• **Exercise details**: Using the records below, write out again exactly the lines that begin at the line containing "#60=EDGE_CURVE('',#55,#57,#59,.T.);" and end at the line containing "#71=ORIENTED_EDGE('',*,*,#70,.F.);", and no other lines.

Segment Start: Input material

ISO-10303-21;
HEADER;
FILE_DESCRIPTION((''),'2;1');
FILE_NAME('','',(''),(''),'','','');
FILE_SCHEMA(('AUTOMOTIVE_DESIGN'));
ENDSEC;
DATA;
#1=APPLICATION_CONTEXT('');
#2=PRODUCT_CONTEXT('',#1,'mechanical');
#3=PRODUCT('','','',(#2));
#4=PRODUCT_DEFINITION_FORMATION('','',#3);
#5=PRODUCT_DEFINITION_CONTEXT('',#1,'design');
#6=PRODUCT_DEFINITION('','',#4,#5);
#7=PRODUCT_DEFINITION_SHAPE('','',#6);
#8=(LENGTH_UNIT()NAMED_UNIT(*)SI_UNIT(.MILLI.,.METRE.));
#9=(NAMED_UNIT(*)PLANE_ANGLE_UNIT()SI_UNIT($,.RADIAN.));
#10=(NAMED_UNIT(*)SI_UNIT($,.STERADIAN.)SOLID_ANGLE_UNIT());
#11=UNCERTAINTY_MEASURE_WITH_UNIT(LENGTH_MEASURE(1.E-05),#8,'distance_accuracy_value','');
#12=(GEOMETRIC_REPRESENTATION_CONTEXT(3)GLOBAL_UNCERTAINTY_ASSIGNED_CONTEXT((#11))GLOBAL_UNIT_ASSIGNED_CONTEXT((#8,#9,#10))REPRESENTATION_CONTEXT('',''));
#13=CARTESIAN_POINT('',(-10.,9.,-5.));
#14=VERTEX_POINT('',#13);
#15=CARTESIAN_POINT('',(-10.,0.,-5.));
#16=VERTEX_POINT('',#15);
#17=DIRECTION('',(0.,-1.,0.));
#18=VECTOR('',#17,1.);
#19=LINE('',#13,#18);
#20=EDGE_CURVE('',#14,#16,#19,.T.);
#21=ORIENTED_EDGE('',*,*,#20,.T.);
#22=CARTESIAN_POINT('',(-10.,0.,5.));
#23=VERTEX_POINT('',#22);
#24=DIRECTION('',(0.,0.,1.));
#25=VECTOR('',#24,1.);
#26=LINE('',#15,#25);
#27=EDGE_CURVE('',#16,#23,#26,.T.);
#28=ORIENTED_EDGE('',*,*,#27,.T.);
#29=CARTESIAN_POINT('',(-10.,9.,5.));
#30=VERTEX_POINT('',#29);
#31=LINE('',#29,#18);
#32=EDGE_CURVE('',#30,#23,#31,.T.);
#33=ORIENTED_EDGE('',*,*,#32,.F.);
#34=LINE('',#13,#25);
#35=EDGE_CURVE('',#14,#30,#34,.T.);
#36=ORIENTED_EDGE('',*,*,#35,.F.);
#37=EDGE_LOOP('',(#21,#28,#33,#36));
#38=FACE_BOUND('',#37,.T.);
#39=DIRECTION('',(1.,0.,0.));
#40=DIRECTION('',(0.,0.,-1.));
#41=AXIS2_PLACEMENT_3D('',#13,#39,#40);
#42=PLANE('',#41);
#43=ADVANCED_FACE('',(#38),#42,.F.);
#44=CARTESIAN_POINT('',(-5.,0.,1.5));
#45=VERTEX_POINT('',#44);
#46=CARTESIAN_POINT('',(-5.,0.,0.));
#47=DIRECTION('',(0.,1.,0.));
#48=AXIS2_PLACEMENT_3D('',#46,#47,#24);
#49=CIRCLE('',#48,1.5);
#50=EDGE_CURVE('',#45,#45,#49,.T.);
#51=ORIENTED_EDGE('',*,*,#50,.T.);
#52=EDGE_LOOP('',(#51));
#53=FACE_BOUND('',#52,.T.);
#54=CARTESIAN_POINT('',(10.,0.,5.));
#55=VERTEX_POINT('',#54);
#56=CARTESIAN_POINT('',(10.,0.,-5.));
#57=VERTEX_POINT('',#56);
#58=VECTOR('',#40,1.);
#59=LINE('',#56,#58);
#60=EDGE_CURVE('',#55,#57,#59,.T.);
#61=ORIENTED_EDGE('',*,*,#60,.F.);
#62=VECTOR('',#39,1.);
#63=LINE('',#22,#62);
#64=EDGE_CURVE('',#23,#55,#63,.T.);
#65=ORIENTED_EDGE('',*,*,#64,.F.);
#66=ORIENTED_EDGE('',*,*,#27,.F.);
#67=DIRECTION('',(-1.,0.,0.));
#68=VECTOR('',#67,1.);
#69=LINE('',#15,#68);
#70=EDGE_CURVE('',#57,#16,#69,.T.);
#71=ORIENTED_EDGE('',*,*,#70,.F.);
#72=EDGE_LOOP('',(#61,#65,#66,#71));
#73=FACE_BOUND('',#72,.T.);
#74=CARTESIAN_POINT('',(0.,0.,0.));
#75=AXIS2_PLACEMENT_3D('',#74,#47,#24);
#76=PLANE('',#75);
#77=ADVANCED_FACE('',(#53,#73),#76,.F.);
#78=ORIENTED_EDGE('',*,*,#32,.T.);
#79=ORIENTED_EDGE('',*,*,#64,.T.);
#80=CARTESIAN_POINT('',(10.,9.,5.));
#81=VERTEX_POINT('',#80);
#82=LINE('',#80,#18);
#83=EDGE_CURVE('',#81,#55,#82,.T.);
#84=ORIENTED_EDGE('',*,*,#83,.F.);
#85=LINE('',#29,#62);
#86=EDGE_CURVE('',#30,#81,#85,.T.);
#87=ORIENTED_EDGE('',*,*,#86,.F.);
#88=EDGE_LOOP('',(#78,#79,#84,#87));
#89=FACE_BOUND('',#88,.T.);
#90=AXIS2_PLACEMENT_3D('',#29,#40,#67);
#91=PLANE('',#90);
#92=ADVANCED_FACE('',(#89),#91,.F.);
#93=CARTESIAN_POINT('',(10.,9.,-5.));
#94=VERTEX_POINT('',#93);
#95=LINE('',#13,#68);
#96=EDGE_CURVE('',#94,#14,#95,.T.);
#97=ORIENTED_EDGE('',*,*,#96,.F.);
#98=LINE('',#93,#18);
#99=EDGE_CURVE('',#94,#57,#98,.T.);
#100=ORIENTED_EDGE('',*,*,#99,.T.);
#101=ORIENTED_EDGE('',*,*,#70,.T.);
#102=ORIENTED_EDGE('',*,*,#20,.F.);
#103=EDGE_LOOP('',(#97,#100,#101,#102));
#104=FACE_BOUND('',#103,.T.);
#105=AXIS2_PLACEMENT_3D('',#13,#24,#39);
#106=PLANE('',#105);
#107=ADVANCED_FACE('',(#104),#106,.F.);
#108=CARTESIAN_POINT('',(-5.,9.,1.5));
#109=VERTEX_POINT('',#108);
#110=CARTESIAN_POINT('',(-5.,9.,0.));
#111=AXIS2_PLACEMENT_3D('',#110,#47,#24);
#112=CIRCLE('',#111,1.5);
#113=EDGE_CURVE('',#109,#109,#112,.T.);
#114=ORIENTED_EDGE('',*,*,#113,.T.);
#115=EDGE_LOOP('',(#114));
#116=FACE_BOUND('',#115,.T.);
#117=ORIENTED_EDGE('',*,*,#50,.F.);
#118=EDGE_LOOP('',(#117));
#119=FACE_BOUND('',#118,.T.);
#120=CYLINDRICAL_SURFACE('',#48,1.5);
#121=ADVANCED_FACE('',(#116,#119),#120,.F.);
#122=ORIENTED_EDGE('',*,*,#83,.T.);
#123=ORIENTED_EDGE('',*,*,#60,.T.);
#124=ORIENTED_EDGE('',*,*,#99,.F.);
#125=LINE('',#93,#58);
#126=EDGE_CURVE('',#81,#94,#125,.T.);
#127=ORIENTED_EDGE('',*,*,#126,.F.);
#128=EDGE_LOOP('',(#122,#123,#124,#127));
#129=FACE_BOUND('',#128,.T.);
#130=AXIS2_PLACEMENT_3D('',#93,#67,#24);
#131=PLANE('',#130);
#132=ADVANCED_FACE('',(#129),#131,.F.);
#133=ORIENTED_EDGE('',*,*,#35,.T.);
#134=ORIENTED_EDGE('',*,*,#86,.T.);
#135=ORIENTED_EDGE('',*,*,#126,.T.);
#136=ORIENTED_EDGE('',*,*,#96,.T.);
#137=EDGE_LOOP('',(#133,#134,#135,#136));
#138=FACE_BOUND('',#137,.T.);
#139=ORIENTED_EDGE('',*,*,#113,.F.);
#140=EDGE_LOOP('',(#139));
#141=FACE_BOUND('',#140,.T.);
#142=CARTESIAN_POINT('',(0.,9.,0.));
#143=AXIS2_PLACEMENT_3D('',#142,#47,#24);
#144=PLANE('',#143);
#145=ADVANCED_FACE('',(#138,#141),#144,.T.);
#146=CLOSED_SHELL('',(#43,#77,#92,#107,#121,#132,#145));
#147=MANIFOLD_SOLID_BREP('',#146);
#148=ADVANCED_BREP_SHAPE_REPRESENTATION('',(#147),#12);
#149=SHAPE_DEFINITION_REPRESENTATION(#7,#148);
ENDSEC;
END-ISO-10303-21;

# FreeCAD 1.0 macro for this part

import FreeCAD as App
import Part
import Sketcher
from FreeCAD import Vector
Q = App.Units.Quantity


def add_polygon(sketch, points):
    """Adds a closed chain of lines whose ends are joined by coincident constraints."""
    first, n = sketch.GeometryCount, len(points)
    for a, b in zip(points, points[1:] + points[:1]):
        sketch.addGeometry(Part.LineSegment(App.Vector(*a, 0), App.Vector(*b, 0)), False)
    for i in range(n):
        sketch.addConstraint(Sketcher.Constraint("Coincident", first + i, 2, first + (i + 1) % n, 1))

doc = App.newDocument("Part")
params = doc.addObject("Spreadsheet::Sheet", "Params")
for row, (alias, value) in enumerate([
    ("sketch1_width", "20 mm"),
    ("sketch1_height", "10 mm"),
    ("pad1_length", "9 mm"),
    ("sketch2_diameter", "3 mm"),
], start=1):
    params.set(f"A{row}", alias)
    params.set(f"B{row}", "=" + value)
    params.setAlias(f"B{row}", alias)

body = doc.addObject("PartDesign::Body", "Body")

sketch1 = body.newObject("Sketcher::SketchObject", "Sketch")
sketch1.AttachmentSupport = (doc.getObject("XZ_Plane"), [""])
sketch1.MapMode = "FlatFace"
add_polygon(sketch1, [(-10, -5), (-10, 5), (10, 5), (10, -5)])
sketch1.addConstraint([
    Sketcher.Constraint("Vertical", 0),
    Sketcher.Constraint("Horizontal", 1),
    Sketcher.Constraint("Vertical", 2),
    Sketcher.Constraint("Horizontal", 3),
    Sketcher.Constraint("Symmetric", 0, 2, 2, 2, -1, 1),
    Sketcher.Constraint("DistanceX", 1, 1, 1, 2, Q("20 mm")),
    Sketcher.Constraint("DistanceY", 0, 1, 0, 2, Q("10 mm")),
])
sketch1.setExpression("Constraints[9]", "Params.sketch1_width")
sketch1.setExpression("Constraints[10]", "Params.sketch1_height")
pad1 = body.newObject("PartDesign::Pad", "Pad")
pad1.Profile = sketch1
pad1.setExpression("Length", "Params.pad1_length")
pad1.Reversed = True

sketch2 = body.newObject("Sketcher::SketchObject", "Sketch001")
sketch2.AttachmentSupport = (doc.getObject("XZ_Plane"), [""])
sketch2.MapMode = "FlatFace"
sketch2.AttachmentOffset = App.Placement(Vector(0, 0, -9), App.Rotation())
sketch2.addGeometry(Part.Circle(Vector(-5, 0, 0), Vector(0, 0, 1), 1.5), False)
sketch2.addConstraint([
    Sketcher.Constraint("PointOnObject", 0, 3, -1),
    Sketcher.Constraint("Diameter", 0, Q("3 mm")),
    Sketcher.Constraint("DistanceX", 0, 3, -1, 1, Q("5 mm")),
])
sketch2.setExpression("Constraints[1]", "Params.sketch2_diameter")
pocket1 = body.newObject("PartDesign::Pocket", "Pocket")
pocket1.Profile = sketch2
pocket1.Type = "ThroughAll"
pocket1.Reversed = True

doc.recompute()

Segment End: Input material

• **Result**:
#60=EDGE_CURVE('',#55,#57,#59,.T.);
#61=ORIENTED_EDGE('',*,*,#60,.F.);
#62=VECTOR('',#39,1.);
#63=LINE('',#22,#62);
#64=EDGE_CURVE('',#23,#55,#63,.T.);
#65=ORIENTED_EDGE('',*,*,#64,.F.);
#66=ORIENTED_EDGE('',*,*,#27,.F.);
#67=DIRECTION('',(-1.,0.,0.));
#68=VECTOR('',#67,1.);
#69=LINE('',#15,#68);
#70=EDGE_CURVE('',#57,#16,#69,.T.);
#71=ORIENTED_EDGE('',*,*,#70,.F.);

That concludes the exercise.